First a houngan (voodoo priest) “kills” a victim through the use of toad skin and puffer fish chemicals. Their breathing slows as does their heartbeat so that for all intents and purposes, they look and feel dead (no pulse).

Due to the high temperatures and excess humidity in Haiti, burials are performed quickly, so this poor person is buried soon after “dying”. The houngans have eight hours to retrieve them or they will die of asphyxiation.

Once above ground again, the houngan administers a paste made from datura. This chemical breaks the person’s links with reality and destroys recent memories. The zombies are forced to live in a state of semi-permanent induced psychotic delirium. Datura is administered again if they show any signs of recovering.

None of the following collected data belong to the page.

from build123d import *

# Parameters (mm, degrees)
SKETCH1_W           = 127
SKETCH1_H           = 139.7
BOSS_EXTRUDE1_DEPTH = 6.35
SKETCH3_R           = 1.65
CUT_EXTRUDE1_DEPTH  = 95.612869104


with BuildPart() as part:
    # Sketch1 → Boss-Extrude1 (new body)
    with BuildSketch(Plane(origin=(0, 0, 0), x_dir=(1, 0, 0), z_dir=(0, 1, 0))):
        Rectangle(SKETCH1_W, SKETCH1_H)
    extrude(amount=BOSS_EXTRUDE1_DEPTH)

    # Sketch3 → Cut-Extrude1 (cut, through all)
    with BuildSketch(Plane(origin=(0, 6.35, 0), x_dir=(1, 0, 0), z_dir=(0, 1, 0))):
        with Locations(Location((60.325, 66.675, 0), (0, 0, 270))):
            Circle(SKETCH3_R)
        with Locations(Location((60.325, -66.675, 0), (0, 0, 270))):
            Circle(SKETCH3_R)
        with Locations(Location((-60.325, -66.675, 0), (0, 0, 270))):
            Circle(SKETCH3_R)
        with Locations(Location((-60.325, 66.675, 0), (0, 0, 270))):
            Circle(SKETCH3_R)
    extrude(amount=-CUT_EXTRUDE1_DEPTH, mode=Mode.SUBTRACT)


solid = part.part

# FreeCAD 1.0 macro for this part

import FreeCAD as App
import Part
import Sketcher
Q = App.Units.Quantity


def add_polygon(sketch, points):
    """Adds a closed chain of lines whose ends are joined by coincident constraints."""
    first, n = sketch.GeometryCount, len(points)
    for a, b in zip(points, points[1:] + points[:1]):
        sketch.addGeometry(Part.LineSegment(App.Vector(*a, 0), App.Vector(*b, 0)), False)
    for i in range(n):
        sketch.addConstraint(Sketcher.Constraint("Coincident", first + i, 2, first + (i + 1) % n, 1))

doc = App.newDocument("Part")
body = doc.addObject("PartDesign::Body", "Body")

sketch1 = body.newObject("Sketcher::SketchObject", "Sketch")
sketch1.AttachmentSupport = (doc.getObject("XZ_Plane"), [""])
sketch1.MapMode = "FlatFace"
add_polygon(sketch1, [(-64, -70), (-64, 70), (64, 70), (64, -70)])
sketch1.addConstraint([
    Sketcher.Constraint("Vertical", 0),
    Sketcher.Constraint("Horizontal", 1),
    Sketcher.Constraint("Vertical", 2),
    Sketcher.Constraint("Horizontal", 3),
    Sketcher.Constraint("Symmetric", 0, 2, 2, 2, -1, 1),
    Sketcher.Constraint("DistanceX", 1, 1, 1, 2, Q("5 in")),
    Sketcher.Constraint("DistanceY", 0, 1, 0, 2, Q("5.5 in")),
])
pad1 = body.newObject("PartDesign::Pad", "Pad")
pad1.Profile = sketch1
pad1.Length = Q("0.25 in")
pad1.Reversed = True

sketch2 = body.newObject("Sketcher::SketchObject", "Sketch001")
sketch2.AttachmentSupport = (doc.getObject("XZ_Plane"), [""])
sketch2.MapMode = "FlatFace"
sketch2.AttachmentOffset = App.Placement(App.Vector(0, 0, -0.25 * 25.4), App.Rotation())
sketch2.addGeometry([
    Part.Circle(App.Vector(60.3, -66.7, 0), App.Vector(0, 0, 1), 1.6),
    Part.Circle(App.Vector(60.3, 66.7, 0), App.Vector(0, 0, 1), 1.6),
    Part.Circle(App.Vector(-60.3, 66.7, 0), App.Vector(0, 0, 1), 1.6),
    Part.Circle(App.Vector(-60.3, -66.7, 0), App.Vector(0, 0, 1), 1.6),
], False)
sketch2.addConstraint([
    Sketcher.Constraint("Equal", 0, 1),
    Sketcher.Constraint("Equal", 1, 2),
    Sketcher.Constraint("Equal", 2, 3),
    Sketcher.Constraint("Symmetric", 0, 3, 2, 3, -1, 1),
    Sketcher.Constraint("Symmetric", 1, 3, 3, 3, -1, 1),
    Sketcher.Constraint("Symmetric", 1, 3, 2, 3, -2),
    Sketcher.Constraint("Diameter", 0, Q("3.3 mm")),
    Sketcher.Constraint("DistanceY", 0, 3, 1, 3, Q("5.25 in")),
    Sketcher.Constraint("DistanceX", 2, 3, 1, 3, Q("4.75 in")),
])
pocket1 = body.newObject("PartDesign::Pocket", "Pocket")
pocket1.Profile = sketch2
pocket1.Type = "ThroughAll"
pocket1.Reversed = True

doc.recompute()
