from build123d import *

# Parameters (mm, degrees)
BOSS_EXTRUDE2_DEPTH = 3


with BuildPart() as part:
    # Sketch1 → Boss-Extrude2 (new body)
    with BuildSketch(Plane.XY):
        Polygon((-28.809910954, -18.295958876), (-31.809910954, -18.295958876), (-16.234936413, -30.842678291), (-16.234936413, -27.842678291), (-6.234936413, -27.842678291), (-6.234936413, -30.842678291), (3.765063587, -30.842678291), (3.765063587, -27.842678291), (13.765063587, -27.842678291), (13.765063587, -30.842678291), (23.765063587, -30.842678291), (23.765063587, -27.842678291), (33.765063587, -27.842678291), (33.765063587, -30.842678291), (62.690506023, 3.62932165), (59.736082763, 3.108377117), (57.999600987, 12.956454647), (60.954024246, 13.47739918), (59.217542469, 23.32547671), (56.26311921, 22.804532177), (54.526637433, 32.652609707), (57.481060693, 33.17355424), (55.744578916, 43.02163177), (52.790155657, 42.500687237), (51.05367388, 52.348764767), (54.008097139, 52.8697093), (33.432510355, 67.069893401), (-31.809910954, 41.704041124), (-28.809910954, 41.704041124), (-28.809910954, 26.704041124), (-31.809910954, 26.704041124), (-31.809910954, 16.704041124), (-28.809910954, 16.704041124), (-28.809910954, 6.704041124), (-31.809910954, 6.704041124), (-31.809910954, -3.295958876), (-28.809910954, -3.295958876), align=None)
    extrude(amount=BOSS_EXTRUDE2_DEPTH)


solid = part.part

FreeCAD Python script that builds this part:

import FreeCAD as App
import Part
import Sketcher

V = App.Vector
Q = App.Units.Quantity

doc = App.newDocument("Part")
body = doc.addObject("PartDesign::Body", "Body")

# Sketch on XY plane
sketch1 = doc.addObject("Sketcher::SketchObject", "Sketch")
body.addObject(sketch1)
sketch1.AttachmentSupport = (doc.XY_Plane, [""])
sketch1.MapMode = "FlatFace"
sketch1.addGeometry([
    Part.LineSegment(V(-28.8, -18.3, 0), V(-31.8, -18.3, 0)),  # 0
    Part.LineSegment(V(-31.8, -18.3, 0), V(-16.2, -30.8, 0)),  # 1
    Part.LineSegment(V(-16.2, -30.8, 0), V(-16.2, -27.8, 0)),  # 2
    Part.LineSegment(V(-16.2, -27.8, 0), V(-6.2, -27.8, 0)),  # 3
    Part.LineSegment(V(-6.2, -27.8, 0), V(-6.2, -30.8, 0)),  # 4
    Part.LineSegment(V(-6.2, -30.8, 0), V(3.8, -30.8, 0)),  # 5
    Part.LineSegment(V(3.8, -30.8, 0), V(3.8, -27.8, 0)),  # 6
    Part.LineSegment(V(3.8, -27.8, 0), V(13.8, -27.8, 0)),  # 7
    Part.LineSegment(V(13.8, -27.8, 0), V(13.8, -30.8, 0)),  # 8
    Part.LineSegment(V(13.8, -30.8, 0), V(23.8, -30.8, 0)),  # 9
    Part.LineSegment(V(23.8, -30.8, 0), V(23.8, -27.8, 0)),  # 10
    Part.LineSegment(V(23.8, -27.8, 0), V(33.8, -27.8, 0)),  # 11
    Part.LineSegment(V(33.8, -27.8, 0), V(33.8, -30.8, 0)),  # 12
    Part.LineSegment(V(33.8, -30.8, 0), V(62.7, 3.6, 0)),  # 13
    Part.LineSegment(V(62.7, 3.6, 0), V(59.7, 3.1, 0)),  # 14
    Part.LineSegment(V(59.7, 3.1, 0), V(58, 13, 0)),  # 15
    Part.LineSegment(V(58, 13, 0), V(61, 13.5, 0)),  # 16
    Part.LineSegment(V(61, 13.5, 0), V(59.2, 23.3, 0)),  # 17
    Part.LineSegment(V(59.2, 23.3, 0), V(56.3, 22.8, 0)),  # 18
    Part.LineSegment(V(56.3, 22.8, 0), V(54.5, 32.7, 0)),  # 19
    Part.LineSegment(V(54.5, 32.7, 0), V(57.5, 33.2, 0)),  # 20
    Part.LineSegment(V(57.5, 33.2, 0), V(55.7, 43, 0)),  # 21
    Part.LineSegment(V(55.7, 43, 0), V(52.8, 42.5, 0)),  # 22
    Part.LineSegment(V(52.8, 42.5, 0), V(51.1, 52.3, 0)),  # 23
    Part.LineSegment(V(51.1, 52.3, 0), V(54, 52.9, 0)),  # 24
    Part.LineSegment(V(54, 52.9, 0), V(33.4, 67.1, 0)),  # 25
    Part.LineSegment(V(33.4, 67.1, 0), V(-31.8, 41.7, 0)),  # 26
    Part.LineSegment(V(-31.8, 41.7, 0), V(-28.8, 41.7, 0)),  # 27
    Part.LineSegment(V(-28.8, 41.7, 0), V(-28.8, 26.7, 0)),  # 28
    Part.LineSegment(V(-28.8, 26.7, 0), V(-31.8, 26.7, 0)),  # 29
    Part.LineSegment(V(-31.8, 26.7, 0), V(-31.8, 16.7, 0)),  # 30
    Part.LineSegment(V(-31.8, 16.7, 0), V(-28.8, 16.7, 0)),  # 31
    Part.LineSegment(V(-28.8, 16.7, 0), V(-28.8, 6.7, 0)),  # 32
    Part.LineSegment(V(-28.8, 6.7, 0), V(-31.8, 6.7, 0)),  # 33
    Part.LineSegment(V(-31.8, 6.7, 0), V(-31.8, -3.3, 0)),  # 34
    Part.LineSegment(V(-31.8, -3.3, 0), V(-28.8, -3.3, 0)),  # 35
    Part.LineSegment(V(-28.8, -3.3, 0), V(-28.8, -18.3, 0)),  # 36
], False)
sketch1.addConstraint([
    Sketcher.Constraint("Coincident", 0, 2, 1, 1),
    Sketcher.Constraint("Coincident", 1, 2, 2, 1),
    Sketcher.Constraint("Coincident", 2, 2, 3, 1),
    Sketcher.Constraint("Coincident", 3, 2, 4, 1),
    Sketcher.Constraint("Coincident", 4, 2, 5, 1),
    Sketcher.Constraint("Coincident", 5, 2, 6, 1),
    Sketcher.Constraint("Coincident", 6, 2, 7, 1),
    Sketcher.Constraint("Coincident", 7, 2, 8, 1),
    Sketcher.Constraint("Coincident", 8, 2, 9, 1),
    Sketcher.Constraint("Coincident", 9, 2, 10, 1),
    Sketcher.Constraint("Coincident", 10, 2, 11, 1),
    Sketcher.Constraint("Coincident", 11, 2, 12, 1),
    Sketcher.Constraint("Coincident", 12, 2, 13, 1),
    Sketcher.Constraint("Coincident", 13, 2, 14, 1),
    Sketcher.Constraint("Coincident", 14, 2, 15, 1),
    Sketcher.Constraint("Coincident", 15, 2, 16, 1),
    Sketcher.Constraint("Coincident", 16, 2, 17, 1),
    Sketcher.Constraint("Coincident", 17, 2, 18, 1),
    Sketcher.Constraint("Coincident", 18, 2, 19, 1),
    Sketcher.Constraint("Coincident", 19, 2, 20, 1),
    Sketcher.Constraint("Coincident", 20, 2, 21, 1),
    Sketcher.Constraint("Coincident", 21, 2, 22, 1),
    Sketcher.Constraint("Coincident", 22, 2, 23, 1),
    Sketcher.Constraint("Coincident", 23, 2, 24, 1),
    Sketcher.Constraint("Coincident", 24, 2, 25, 1),
    Sketcher.Constraint("Coincident", 25, 2, 26, 1),
    Sketcher.Constraint("Coincident", 26, 2, 27, 1),
    Sketcher.Constraint("Coincident", 27, 2, 28, 1),
    Sketcher.Constraint("Coincident", 28, 2, 29, 1),
    Sketcher.Constraint("Coincident", 29, 2, 30, 1),
    Sketcher.Constraint("Coincident", 30, 2, 31, 1),
    Sketcher.Constraint("Coincident", 31, 2, 32, 1),
    Sketcher.Constraint("Coincident", 32, 2, 33, 1),
    Sketcher.Constraint("Coincident", 33, 2, 34, 1),
    Sketcher.Constraint("Coincident", 34, 2, 35, 1),
    Sketcher.Constraint("Coincident", 35, 2, 36, 1),
    Sketcher.Constraint("Coincident", 36, 2, 0, 1),
    Sketcher.Constraint("Horizontal", 0),
    Sketcher.Constraint("Vertical", 2),
    Sketcher.Constraint("Horizontal", 3),
    Sketcher.Constraint("Vertical", 4),
    Sketcher.Constraint("Horizontal", 5),
    Sketcher.Constraint("Vertical", 6),
    Sketcher.Constraint("Horizontal", 7),
    Sketcher.Constraint("Vertical", 8),
    Sketcher.Constraint("Horizontal", 9),
    Sketcher.Constraint("Vertical", 10),
    Sketcher.Constraint("Horizontal", 11),
    Sketcher.Constraint("Vertical", 12),
    Sketcher.Constraint("Horizontal", 27),
    Sketcher.Constraint("Vertical", 28),
    Sketcher.Constraint("Horizontal", 29),
    Sketcher.Constraint("Vertical", 30),
    Sketcher.Constraint("Horizontal", 31),
    Sketcher.Constraint("Vertical", 32),
    Sketcher.Constraint("Horizontal", 33),
    Sketcher.Constraint("Vertical", 34),
    Sketcher.Constraint("Horizontal", 35),
    Sketcher.Constraint("Vertical", 36),
    Sketcher.Constraint("Perpendicular", 14, 15),
    Sketcher.Constraint("Perpendicular", 15, 16),
    Sketcher.Constraint("Perpendicular", 16, 17),
    Sketcher.Constraint("Perpendicular", 17, 18),
    Sketcher.Constraint("Perpendicular", 18, 19),
    Sketcher.Constraint("Perpendicular", 19, 20),
    Sketcher.Constraint("Perpendicular", 20, 21),
    Sketcher.Constraint("Perpendicular", 21, 22),
    Sketcher.Constraint("Perpendicular", 22, 23),
    Sketcher.Constraint("Perpendicular", 23, 24),
    Sketcher.Constraint("Horizontal", 1, 2, 4, 2),
    Sketcher.Constraint("Horizontal", 3, 2, 6, 2),
    Sketcher.Constraint("Horizontal", 5, 2, 8, 2),
    Sketcher.Constraint("Horizontal", 7, 2, 10, 2),
    Sketcher.Constraint("Horizontal", 9, 2, 12, 2),
    Sketcher.Constraint("Vertical", 0, 2, 26, 2),
    Sketcher.Constraint("Vertical", 26, 2, 29, 2),
    Sketcher.Constraint("Vertical", 28, 2, 31, 2),
    Sketcher.Constraint("Vertical", 30, 2, 33, 2),
    Sketcher.Constraint("Vertical", 32, 2, 35, 2),
    Sketcher.Constraint("Equal", 3, 5),
    Sketcher.Constraint("Equal", 5, 7),
    Sketcher.Constraint("Equal", 7, 9),
    Sketcher.Constraint("Equal", 9, 11),
    Sketcher.Constraint("Equal", 35, 2),
    Sketcher.Constraint("Equal", 11, 30),
    Sketcher.Constraint("Equal", 30, 32),
    Sketcher.Constraint("Equal", 32, 34),
    Sketcher.Constraint("Equal", 28, 36),
    Sketcher.Constraint("Equal", 14, 16),
    Sketcher.Constraint("Equal", 15, 17),
    Sketcher.Constraint("Equal", 16, 18),
    Sketcher.Constraint("Equal", 17, 19),
    Sketcher.Constraint("Equal", 18, 20),
    Sketcher.Constraint("Equal", 19, 21),
    Sketcher.Constraint("Equal", 20, 22),
    Sketcher.Constraint("Equal", 21, 23),
    Sketcher.Constraint("Equal", 22, 24),
    Sketcher.Constraint("DistanceX", 0, 2, 0, 1, 3.0),
    Sketcher.Constraint("DistanceX", 3, 1, 3, 2, 10.0),
    Sketcher.Constraint("DistanceY", 28, 2, 28, 1, 15.0),
    Sketcher.Constraint("Angle", 13, Q("50 deg")),
    Sketcher.Constraint("Angle", 14, Q("-170 deg")),
    Sketcher.Constraint("Distance", 1, 20.0),
    Sketcher.Constraint("Distance", 13, 45.0),
    Sketcher.Constraint("Distance", 14, 3.0),
    Sketcher.Constraint("Distance", 15, 10.0),
    Sketcher.Constraint("Distance", 25, 25.0),
    Sketcher.Constraint("Distance", 26, 70.0),
    Sketcher.Constraint("DistanceX", -1, 1, 15, 2, 57.999601),
    Sketcher.Constraint("DistanceY", -1, 1, 16, 2, 13.477399),
    Sketcher.Constraint("DistanceX", 0, 2, -1, 1, 31.809911),
])
pad1 = doc.addObject("PartDesign::Pad", "Pad")
body.addObject(pad1)
pad1.Profile = sketch1
pad1.Length = 3

doc.recompute()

So these poor people look and act the way we think a typical zombie does. However, they are NOT actually zombies, they are chemically controlled victims.

Social Contagion (Copy Cat Syndrome)

Copy Cat Syndrome (or crime) is defined as a criminal act that is modeled or inspired by a previous crime that has been reported in the media or described in fiction. It refers to the tendency where people commit the same sensational crimes/violent murders/etc. that they’ve read about or seen in the news.

We just had a bunch of horrible, cannibalistic crimes reported in the news recently. If you see or hear news of further, seemingly related crimes, remember this syndrome. For people who are already psychotic, drugged up, or pathological, these stories could be the trigger to make them “act out”.

It does not mean that there are hoards of people about to come for your brains.

Don’t Join the Bandwagon

There’s another psychological trend that we could all fall prey to: social contagion. In a blog for the Psychology 1001 course at the University of Minnesota, social contagion is described as the imitative behavior of human beings where a mood spreads from one person to another.

Don’t let the “zombie apocalypse” fever currently circulating all media these days sweep you away. As I’ve tried to explain in this post, there are real biological, chemical, and in the Haitian case, environmental/social causes for turning people into what we think of as classic zombies.

They aren’t real.

Now relax, and I’ll work on finding a creature or something that IS real for a change of pace! LOL!!